- French theatrical release poster
- Directed by: Jacques Doillon
- Written by: Jacques Doillon
- Produced by: Alain Sarde
- Starring: Victoire Thivisol Claire Nebout
- Cinematography: Caroline Champetier
- Edited by: Jacqueline Lecompte
- Music by: Philippe Sarde
- Distributed by: BAC Films
- Release date: 25 September 1996 (France);
- Running time: 97 minutes
- Country: France
- Language: French
- Budget: €2.7 million
- Box office: $3.9 million

= Ponette =

Ponette is a 1996 French film directed by Jacques Doillon. The film centers on four-year-old Ponette (Victoire Thivisol), who is coming to terms with the death of her mother in a car crash.

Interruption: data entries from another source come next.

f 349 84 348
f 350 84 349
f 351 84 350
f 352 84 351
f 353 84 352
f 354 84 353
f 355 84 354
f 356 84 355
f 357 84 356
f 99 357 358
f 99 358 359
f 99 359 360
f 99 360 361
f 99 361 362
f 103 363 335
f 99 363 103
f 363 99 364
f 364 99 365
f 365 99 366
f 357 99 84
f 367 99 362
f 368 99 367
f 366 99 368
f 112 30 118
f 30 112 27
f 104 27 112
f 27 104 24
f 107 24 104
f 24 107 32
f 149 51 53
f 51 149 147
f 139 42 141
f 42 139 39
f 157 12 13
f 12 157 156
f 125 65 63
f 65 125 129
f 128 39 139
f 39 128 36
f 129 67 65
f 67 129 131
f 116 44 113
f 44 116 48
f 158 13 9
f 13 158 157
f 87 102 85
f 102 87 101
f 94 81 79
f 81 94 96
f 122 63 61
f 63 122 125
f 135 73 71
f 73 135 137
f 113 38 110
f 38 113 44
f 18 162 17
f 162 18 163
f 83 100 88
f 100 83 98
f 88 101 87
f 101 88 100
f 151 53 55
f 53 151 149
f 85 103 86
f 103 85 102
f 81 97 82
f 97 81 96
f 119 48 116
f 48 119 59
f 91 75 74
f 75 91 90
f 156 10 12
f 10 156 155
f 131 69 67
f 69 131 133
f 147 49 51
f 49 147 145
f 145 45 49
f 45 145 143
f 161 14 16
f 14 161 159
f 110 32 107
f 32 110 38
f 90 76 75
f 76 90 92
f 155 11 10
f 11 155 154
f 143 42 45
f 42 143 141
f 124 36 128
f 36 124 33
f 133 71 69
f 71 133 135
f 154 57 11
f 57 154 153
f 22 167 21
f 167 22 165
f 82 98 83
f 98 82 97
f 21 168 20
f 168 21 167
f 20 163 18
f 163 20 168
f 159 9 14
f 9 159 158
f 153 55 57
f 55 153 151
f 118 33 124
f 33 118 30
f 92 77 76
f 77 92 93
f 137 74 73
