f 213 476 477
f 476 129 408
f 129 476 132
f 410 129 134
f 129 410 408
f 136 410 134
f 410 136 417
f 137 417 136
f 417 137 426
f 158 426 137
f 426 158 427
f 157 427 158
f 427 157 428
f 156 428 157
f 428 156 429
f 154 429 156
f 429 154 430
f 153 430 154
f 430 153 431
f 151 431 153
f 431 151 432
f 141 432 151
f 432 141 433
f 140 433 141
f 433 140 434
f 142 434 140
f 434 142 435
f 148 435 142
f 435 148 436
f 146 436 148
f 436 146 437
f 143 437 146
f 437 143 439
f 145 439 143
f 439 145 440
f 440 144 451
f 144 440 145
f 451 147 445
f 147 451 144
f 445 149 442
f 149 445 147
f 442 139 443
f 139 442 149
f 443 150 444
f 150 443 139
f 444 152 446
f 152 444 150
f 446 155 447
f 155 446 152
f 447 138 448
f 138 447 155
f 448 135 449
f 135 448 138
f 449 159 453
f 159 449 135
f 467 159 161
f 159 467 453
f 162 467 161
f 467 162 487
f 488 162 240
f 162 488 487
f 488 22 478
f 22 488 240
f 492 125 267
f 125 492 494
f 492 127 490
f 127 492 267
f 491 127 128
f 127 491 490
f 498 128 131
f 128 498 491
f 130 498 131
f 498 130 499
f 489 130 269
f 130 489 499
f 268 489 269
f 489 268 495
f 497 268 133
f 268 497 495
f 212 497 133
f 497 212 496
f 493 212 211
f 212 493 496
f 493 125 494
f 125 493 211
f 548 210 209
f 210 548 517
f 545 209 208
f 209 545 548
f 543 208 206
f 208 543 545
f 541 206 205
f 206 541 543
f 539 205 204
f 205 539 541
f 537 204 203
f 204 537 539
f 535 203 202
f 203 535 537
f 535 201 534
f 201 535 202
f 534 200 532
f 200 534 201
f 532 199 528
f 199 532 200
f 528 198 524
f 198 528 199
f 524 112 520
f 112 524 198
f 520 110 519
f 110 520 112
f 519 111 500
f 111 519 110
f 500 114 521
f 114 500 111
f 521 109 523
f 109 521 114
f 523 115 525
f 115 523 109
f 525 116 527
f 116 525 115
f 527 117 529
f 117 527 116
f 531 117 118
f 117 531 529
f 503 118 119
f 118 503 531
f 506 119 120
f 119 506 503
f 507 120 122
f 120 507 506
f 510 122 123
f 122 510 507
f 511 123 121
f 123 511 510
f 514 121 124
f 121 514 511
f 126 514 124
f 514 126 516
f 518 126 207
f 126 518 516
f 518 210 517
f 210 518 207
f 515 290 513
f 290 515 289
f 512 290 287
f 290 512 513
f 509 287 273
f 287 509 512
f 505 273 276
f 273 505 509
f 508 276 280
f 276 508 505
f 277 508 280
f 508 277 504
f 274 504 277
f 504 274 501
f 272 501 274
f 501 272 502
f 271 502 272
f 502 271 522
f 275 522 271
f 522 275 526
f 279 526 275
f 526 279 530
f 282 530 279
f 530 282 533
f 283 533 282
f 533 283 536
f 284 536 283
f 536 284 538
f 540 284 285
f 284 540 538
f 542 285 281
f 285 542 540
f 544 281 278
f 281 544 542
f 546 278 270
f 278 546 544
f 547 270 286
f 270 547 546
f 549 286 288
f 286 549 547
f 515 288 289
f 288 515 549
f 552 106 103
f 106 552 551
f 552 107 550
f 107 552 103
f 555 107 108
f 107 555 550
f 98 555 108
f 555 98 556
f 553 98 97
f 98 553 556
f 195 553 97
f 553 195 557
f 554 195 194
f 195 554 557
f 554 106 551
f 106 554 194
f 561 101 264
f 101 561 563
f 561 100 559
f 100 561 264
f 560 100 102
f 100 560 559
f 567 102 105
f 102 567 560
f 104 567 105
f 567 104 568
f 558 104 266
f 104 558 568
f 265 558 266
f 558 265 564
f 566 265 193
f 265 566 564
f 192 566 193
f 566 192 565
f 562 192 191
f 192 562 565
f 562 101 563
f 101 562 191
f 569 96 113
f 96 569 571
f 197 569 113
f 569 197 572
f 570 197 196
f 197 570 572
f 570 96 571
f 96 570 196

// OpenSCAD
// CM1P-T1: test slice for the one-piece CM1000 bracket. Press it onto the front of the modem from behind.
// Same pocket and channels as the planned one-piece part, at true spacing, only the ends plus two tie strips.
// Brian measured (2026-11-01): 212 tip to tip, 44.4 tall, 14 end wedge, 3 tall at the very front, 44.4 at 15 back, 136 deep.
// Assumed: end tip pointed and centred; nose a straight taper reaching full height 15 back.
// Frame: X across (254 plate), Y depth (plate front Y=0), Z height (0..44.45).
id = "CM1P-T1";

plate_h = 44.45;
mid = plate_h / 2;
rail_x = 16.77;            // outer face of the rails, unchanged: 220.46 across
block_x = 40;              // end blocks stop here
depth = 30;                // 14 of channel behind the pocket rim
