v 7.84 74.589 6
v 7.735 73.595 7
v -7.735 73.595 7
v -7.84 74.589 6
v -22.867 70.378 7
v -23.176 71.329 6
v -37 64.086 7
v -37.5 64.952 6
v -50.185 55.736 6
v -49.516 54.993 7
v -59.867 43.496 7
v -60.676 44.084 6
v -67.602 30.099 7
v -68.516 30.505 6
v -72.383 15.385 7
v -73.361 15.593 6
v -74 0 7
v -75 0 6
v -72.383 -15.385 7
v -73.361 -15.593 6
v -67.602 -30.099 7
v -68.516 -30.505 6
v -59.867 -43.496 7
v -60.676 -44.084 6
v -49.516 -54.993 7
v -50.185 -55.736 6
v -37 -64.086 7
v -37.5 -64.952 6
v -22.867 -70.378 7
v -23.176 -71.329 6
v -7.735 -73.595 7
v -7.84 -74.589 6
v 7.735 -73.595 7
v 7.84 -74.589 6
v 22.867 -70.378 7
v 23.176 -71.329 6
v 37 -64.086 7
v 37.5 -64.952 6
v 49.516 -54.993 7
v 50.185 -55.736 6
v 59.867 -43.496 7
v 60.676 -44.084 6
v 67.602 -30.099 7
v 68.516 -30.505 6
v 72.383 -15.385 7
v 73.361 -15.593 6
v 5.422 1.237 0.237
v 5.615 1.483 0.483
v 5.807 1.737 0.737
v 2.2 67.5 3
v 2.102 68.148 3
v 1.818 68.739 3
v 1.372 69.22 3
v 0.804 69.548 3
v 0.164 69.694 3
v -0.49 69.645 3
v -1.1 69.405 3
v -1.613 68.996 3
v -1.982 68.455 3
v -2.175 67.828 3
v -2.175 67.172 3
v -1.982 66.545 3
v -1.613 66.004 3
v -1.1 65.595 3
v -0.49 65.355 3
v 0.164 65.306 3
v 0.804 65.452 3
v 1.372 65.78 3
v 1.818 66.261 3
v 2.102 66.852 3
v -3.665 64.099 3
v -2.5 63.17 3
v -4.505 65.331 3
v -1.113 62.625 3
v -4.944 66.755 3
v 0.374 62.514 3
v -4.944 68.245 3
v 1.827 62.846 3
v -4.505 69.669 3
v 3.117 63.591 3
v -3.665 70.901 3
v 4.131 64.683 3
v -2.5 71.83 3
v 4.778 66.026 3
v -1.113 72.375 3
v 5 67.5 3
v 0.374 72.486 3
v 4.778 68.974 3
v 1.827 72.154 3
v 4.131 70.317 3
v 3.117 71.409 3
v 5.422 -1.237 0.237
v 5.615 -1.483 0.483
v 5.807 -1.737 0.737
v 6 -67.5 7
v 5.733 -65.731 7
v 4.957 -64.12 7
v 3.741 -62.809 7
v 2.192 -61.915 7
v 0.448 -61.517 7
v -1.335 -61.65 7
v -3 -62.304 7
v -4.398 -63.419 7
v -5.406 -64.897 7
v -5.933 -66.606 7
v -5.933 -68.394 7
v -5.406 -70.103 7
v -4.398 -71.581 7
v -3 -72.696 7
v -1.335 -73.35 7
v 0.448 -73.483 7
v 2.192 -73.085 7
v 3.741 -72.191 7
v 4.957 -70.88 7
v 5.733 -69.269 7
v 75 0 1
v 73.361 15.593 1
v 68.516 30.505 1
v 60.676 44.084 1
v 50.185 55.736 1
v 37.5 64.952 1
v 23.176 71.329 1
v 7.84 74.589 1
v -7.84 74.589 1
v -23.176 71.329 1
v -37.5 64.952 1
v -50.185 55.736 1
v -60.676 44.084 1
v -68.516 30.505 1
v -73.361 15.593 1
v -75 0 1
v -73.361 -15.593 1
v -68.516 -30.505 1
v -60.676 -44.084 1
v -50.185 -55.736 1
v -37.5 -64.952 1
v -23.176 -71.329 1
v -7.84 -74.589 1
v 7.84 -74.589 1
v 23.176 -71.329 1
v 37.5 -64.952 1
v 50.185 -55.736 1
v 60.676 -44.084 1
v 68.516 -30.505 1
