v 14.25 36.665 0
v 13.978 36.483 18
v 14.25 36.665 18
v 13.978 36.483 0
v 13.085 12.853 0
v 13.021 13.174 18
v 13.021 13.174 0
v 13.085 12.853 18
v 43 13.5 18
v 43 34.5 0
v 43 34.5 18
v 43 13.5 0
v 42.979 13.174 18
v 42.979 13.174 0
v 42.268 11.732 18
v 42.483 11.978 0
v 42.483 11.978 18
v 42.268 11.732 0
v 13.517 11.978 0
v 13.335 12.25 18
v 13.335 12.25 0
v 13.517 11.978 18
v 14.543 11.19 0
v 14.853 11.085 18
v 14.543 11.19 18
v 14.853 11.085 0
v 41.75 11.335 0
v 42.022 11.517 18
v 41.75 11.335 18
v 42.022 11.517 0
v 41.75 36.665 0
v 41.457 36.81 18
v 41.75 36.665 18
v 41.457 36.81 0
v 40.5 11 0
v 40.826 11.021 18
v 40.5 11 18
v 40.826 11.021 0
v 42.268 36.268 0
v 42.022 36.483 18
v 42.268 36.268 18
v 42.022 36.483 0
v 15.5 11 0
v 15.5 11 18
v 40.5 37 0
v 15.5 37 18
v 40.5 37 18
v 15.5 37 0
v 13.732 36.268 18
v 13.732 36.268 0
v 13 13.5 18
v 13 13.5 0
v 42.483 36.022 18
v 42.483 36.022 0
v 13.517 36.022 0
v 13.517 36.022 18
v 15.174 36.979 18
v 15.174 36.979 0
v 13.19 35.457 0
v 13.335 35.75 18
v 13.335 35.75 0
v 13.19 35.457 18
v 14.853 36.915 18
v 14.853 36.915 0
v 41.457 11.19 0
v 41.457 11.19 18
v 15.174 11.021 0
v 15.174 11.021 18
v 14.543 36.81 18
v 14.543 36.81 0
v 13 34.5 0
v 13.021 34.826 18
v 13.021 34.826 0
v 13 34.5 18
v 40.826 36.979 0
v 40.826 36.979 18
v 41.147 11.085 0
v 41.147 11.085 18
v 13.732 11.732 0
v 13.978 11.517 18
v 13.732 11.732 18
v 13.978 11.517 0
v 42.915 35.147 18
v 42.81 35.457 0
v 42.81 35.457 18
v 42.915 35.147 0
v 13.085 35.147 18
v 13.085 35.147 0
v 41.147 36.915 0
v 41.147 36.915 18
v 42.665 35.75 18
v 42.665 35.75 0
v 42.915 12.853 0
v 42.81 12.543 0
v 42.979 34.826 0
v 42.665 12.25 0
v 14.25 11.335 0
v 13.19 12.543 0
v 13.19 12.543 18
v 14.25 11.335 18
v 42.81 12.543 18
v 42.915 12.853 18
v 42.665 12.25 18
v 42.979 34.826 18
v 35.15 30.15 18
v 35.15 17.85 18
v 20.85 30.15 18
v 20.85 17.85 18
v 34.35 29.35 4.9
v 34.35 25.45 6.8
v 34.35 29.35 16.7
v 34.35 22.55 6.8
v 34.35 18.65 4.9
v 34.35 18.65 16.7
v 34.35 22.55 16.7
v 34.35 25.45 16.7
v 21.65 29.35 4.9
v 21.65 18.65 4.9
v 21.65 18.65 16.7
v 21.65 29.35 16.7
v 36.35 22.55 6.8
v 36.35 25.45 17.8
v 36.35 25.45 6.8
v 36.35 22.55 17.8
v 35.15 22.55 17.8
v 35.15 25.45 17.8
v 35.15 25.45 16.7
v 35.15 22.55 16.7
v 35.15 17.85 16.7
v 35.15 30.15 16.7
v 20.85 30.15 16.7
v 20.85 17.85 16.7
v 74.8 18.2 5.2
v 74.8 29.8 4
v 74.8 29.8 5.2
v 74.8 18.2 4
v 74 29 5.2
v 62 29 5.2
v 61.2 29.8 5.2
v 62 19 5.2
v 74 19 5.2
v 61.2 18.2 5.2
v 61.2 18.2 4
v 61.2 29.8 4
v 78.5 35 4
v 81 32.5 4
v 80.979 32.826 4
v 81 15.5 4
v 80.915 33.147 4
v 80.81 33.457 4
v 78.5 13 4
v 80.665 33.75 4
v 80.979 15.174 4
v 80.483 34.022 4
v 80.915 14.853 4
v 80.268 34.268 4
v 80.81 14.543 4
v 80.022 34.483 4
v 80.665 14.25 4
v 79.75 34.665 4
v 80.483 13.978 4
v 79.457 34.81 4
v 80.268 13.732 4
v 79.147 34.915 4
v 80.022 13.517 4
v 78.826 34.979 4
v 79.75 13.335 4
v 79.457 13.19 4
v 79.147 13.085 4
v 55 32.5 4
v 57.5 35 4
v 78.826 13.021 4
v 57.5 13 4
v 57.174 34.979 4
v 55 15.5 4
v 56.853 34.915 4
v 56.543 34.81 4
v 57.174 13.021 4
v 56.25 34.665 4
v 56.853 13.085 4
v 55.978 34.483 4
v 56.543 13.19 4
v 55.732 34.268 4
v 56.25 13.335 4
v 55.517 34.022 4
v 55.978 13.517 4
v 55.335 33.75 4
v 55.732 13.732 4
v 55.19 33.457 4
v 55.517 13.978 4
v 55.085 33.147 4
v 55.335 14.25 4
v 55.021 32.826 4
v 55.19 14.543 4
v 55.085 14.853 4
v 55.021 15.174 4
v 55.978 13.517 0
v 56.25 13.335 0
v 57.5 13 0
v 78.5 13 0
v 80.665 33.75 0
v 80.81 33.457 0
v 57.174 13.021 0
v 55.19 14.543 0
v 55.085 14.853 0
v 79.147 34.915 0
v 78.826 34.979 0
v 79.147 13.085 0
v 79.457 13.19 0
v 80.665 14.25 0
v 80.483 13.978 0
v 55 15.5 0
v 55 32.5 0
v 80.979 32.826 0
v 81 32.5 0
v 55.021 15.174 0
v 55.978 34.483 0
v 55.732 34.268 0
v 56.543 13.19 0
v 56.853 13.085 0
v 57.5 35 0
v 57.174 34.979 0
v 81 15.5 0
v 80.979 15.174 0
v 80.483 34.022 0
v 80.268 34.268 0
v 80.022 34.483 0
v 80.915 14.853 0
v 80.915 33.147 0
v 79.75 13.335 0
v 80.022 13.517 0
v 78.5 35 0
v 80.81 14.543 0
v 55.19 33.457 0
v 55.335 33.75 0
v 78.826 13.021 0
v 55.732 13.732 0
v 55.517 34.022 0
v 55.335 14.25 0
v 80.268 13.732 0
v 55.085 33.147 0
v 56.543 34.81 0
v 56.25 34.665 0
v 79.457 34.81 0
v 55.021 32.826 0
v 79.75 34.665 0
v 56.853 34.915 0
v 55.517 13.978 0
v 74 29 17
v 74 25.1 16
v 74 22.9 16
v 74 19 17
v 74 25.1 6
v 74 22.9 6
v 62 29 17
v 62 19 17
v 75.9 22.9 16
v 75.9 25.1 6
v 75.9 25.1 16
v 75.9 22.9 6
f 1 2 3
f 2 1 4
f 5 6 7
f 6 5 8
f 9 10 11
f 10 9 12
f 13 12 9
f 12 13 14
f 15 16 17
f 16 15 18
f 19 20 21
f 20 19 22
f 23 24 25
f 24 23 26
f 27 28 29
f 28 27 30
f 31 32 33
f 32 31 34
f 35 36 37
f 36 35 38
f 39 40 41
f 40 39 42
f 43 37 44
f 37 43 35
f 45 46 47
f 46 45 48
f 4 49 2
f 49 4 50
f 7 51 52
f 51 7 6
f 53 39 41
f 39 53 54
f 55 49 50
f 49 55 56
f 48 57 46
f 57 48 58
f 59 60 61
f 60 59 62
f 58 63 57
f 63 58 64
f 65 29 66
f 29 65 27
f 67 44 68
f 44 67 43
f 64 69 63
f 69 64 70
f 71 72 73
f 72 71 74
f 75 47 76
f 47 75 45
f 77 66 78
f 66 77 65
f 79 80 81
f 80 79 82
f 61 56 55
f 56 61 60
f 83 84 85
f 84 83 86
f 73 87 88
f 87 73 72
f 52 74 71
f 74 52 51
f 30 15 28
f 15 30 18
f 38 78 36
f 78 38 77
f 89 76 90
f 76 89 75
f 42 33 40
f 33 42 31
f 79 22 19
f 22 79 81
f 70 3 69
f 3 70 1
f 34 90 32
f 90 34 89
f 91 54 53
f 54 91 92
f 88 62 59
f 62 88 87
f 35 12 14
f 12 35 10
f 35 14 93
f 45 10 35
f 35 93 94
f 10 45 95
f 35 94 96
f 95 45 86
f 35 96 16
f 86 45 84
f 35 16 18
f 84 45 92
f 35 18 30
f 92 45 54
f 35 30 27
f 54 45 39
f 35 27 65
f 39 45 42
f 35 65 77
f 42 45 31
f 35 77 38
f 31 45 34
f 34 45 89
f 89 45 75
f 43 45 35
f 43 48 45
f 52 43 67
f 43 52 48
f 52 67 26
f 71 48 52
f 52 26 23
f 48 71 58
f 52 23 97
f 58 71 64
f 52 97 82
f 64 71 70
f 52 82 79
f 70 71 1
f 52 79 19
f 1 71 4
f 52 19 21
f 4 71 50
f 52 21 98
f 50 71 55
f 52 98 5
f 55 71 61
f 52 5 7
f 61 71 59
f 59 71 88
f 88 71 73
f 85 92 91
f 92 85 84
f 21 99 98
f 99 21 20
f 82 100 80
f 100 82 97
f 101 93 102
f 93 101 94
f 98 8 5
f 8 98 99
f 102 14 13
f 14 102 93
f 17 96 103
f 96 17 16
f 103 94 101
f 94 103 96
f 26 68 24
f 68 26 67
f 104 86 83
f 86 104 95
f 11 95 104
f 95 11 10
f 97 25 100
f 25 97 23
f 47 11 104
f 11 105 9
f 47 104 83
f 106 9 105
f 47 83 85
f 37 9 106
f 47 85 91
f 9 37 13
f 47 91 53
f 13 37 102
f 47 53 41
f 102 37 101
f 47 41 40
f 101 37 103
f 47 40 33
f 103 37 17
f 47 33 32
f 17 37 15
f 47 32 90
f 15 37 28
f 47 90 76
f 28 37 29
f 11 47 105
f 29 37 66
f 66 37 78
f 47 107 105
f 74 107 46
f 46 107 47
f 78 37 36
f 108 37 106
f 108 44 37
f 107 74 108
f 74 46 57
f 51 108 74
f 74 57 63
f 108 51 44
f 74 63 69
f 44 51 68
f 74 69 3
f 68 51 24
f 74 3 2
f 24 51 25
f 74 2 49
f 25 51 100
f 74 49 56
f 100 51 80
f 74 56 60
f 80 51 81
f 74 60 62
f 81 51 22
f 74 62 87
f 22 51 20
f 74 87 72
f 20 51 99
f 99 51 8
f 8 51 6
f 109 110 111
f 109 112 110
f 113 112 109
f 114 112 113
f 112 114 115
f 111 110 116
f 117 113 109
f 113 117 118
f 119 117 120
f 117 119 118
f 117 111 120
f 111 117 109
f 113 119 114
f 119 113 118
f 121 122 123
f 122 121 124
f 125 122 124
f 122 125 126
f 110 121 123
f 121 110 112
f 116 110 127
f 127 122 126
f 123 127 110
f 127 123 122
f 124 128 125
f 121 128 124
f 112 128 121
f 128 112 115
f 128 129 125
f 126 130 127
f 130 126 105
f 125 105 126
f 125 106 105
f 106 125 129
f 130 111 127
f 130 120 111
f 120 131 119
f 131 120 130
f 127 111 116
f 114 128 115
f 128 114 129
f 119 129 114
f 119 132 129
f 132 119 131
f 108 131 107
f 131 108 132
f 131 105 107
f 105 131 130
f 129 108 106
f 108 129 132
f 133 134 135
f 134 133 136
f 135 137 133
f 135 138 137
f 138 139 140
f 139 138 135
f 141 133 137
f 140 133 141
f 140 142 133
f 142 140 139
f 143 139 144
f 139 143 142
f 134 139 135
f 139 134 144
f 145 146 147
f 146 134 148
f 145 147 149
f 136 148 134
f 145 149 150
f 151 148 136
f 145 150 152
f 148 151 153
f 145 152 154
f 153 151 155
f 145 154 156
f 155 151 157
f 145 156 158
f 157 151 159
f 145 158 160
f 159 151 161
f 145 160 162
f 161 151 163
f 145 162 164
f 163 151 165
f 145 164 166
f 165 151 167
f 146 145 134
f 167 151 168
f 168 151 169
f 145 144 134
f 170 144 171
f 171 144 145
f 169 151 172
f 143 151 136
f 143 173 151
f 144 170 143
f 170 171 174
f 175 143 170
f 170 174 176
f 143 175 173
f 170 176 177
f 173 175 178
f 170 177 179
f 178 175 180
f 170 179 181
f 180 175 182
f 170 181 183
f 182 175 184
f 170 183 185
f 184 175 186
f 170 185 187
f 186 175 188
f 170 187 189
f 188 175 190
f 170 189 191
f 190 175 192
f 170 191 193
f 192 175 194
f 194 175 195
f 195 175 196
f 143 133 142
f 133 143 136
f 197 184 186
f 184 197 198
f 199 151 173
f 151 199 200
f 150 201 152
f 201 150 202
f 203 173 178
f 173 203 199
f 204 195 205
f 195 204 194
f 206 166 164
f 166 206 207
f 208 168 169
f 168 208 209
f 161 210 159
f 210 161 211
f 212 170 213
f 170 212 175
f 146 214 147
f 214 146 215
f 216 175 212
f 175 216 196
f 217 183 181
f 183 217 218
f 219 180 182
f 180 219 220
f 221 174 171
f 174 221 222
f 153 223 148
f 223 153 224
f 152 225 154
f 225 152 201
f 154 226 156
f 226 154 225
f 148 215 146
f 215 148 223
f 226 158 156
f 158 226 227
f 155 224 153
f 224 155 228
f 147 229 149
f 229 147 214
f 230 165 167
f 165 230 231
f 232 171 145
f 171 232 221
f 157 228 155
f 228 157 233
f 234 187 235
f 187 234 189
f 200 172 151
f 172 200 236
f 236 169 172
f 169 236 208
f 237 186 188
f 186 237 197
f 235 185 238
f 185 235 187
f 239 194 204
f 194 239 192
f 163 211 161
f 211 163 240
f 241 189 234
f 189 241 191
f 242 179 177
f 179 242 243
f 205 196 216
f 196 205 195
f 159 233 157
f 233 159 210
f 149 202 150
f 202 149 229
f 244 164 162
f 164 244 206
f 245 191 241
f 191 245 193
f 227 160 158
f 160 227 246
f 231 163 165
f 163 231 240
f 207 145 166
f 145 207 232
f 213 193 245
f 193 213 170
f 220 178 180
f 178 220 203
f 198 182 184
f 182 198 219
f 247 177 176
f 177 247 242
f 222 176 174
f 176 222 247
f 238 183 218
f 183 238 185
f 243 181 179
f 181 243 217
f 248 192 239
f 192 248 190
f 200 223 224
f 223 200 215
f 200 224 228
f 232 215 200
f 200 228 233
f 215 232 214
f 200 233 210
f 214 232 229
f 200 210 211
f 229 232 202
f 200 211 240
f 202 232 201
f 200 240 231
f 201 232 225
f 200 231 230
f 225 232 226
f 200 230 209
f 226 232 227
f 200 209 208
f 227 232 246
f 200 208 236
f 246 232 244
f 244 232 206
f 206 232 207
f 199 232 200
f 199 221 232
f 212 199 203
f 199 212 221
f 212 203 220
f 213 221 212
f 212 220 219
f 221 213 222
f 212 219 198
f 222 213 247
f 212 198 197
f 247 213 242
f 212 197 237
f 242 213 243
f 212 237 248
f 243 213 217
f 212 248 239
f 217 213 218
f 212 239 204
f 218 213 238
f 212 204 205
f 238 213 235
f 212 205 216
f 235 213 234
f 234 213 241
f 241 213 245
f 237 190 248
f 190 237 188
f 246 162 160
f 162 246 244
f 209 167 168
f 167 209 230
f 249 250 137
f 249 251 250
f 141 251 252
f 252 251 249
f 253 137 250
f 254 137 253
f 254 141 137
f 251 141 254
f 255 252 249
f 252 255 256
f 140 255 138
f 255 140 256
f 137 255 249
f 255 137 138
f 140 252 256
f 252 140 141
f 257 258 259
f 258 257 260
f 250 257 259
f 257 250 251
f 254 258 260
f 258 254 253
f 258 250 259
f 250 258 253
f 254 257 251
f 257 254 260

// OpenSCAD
/*
Sample 043: Verdrehsichere Schlüssel-Steckverbindung — 0,35 mm
Generated from the FDM Mechanical Sample Library.
Units: millimetres.

Override examples:
  openscad -o custom.stl -D 'view="plate"' -D 'render_fn=64' model.scad
  openscad -o preview.png -D 'view="assembly"' model.scad
*/
use <../../../library/fdm_mechanisms.scad>

render_fn = is_undef(render_fn) ? 48 : render_fn;
view = is_undef(view) ? "plate" : view;
$fn = render_fn;

sample_keyed_plug_socket(
    view=view,
    clearance=0.35
);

The film received acclaim for Thivisol's performance, who was only four at the time of filming.

==Plot==
Before the film begins, Ponette's mother dies in a car crash, which Ponette herself survives with only a broken arm (she consequently must wear an arm cast).

Following her mother's death, Ponette's father (Xavier Beauvois) leaves the young girl with her Aunt Claire (Claire Nebout), and her cousins Matiaz (Matiaz Bureau Caton) and Delphine (Delphine Schiltz). Ponette and her cousins are later sent to a boarding school. There, the loss of her mother becomes even more harsh and painful when she is mocked on the playground for being motherless.

Not yet having come to terms with her mother's death, Ponette searches for her. Ponette becomes increasingly withdrawn, and spends most of her time waiting for her mother to come back.

When waiting alone fails, Ponette enlists the help of her school friend Ada (Léopoldine Serre) to help her become a "child of God" to hopefully convince God to return her mother, in vain.

In the end, Ponette visits a cemetery and cries for her mother, who suddenly appears to comfort her and ask her to live her life and not be sad all the time. Her mother (played by Marie Trintignant) says she cannot keep coming back, so Ponette must move on and go be happy with her father.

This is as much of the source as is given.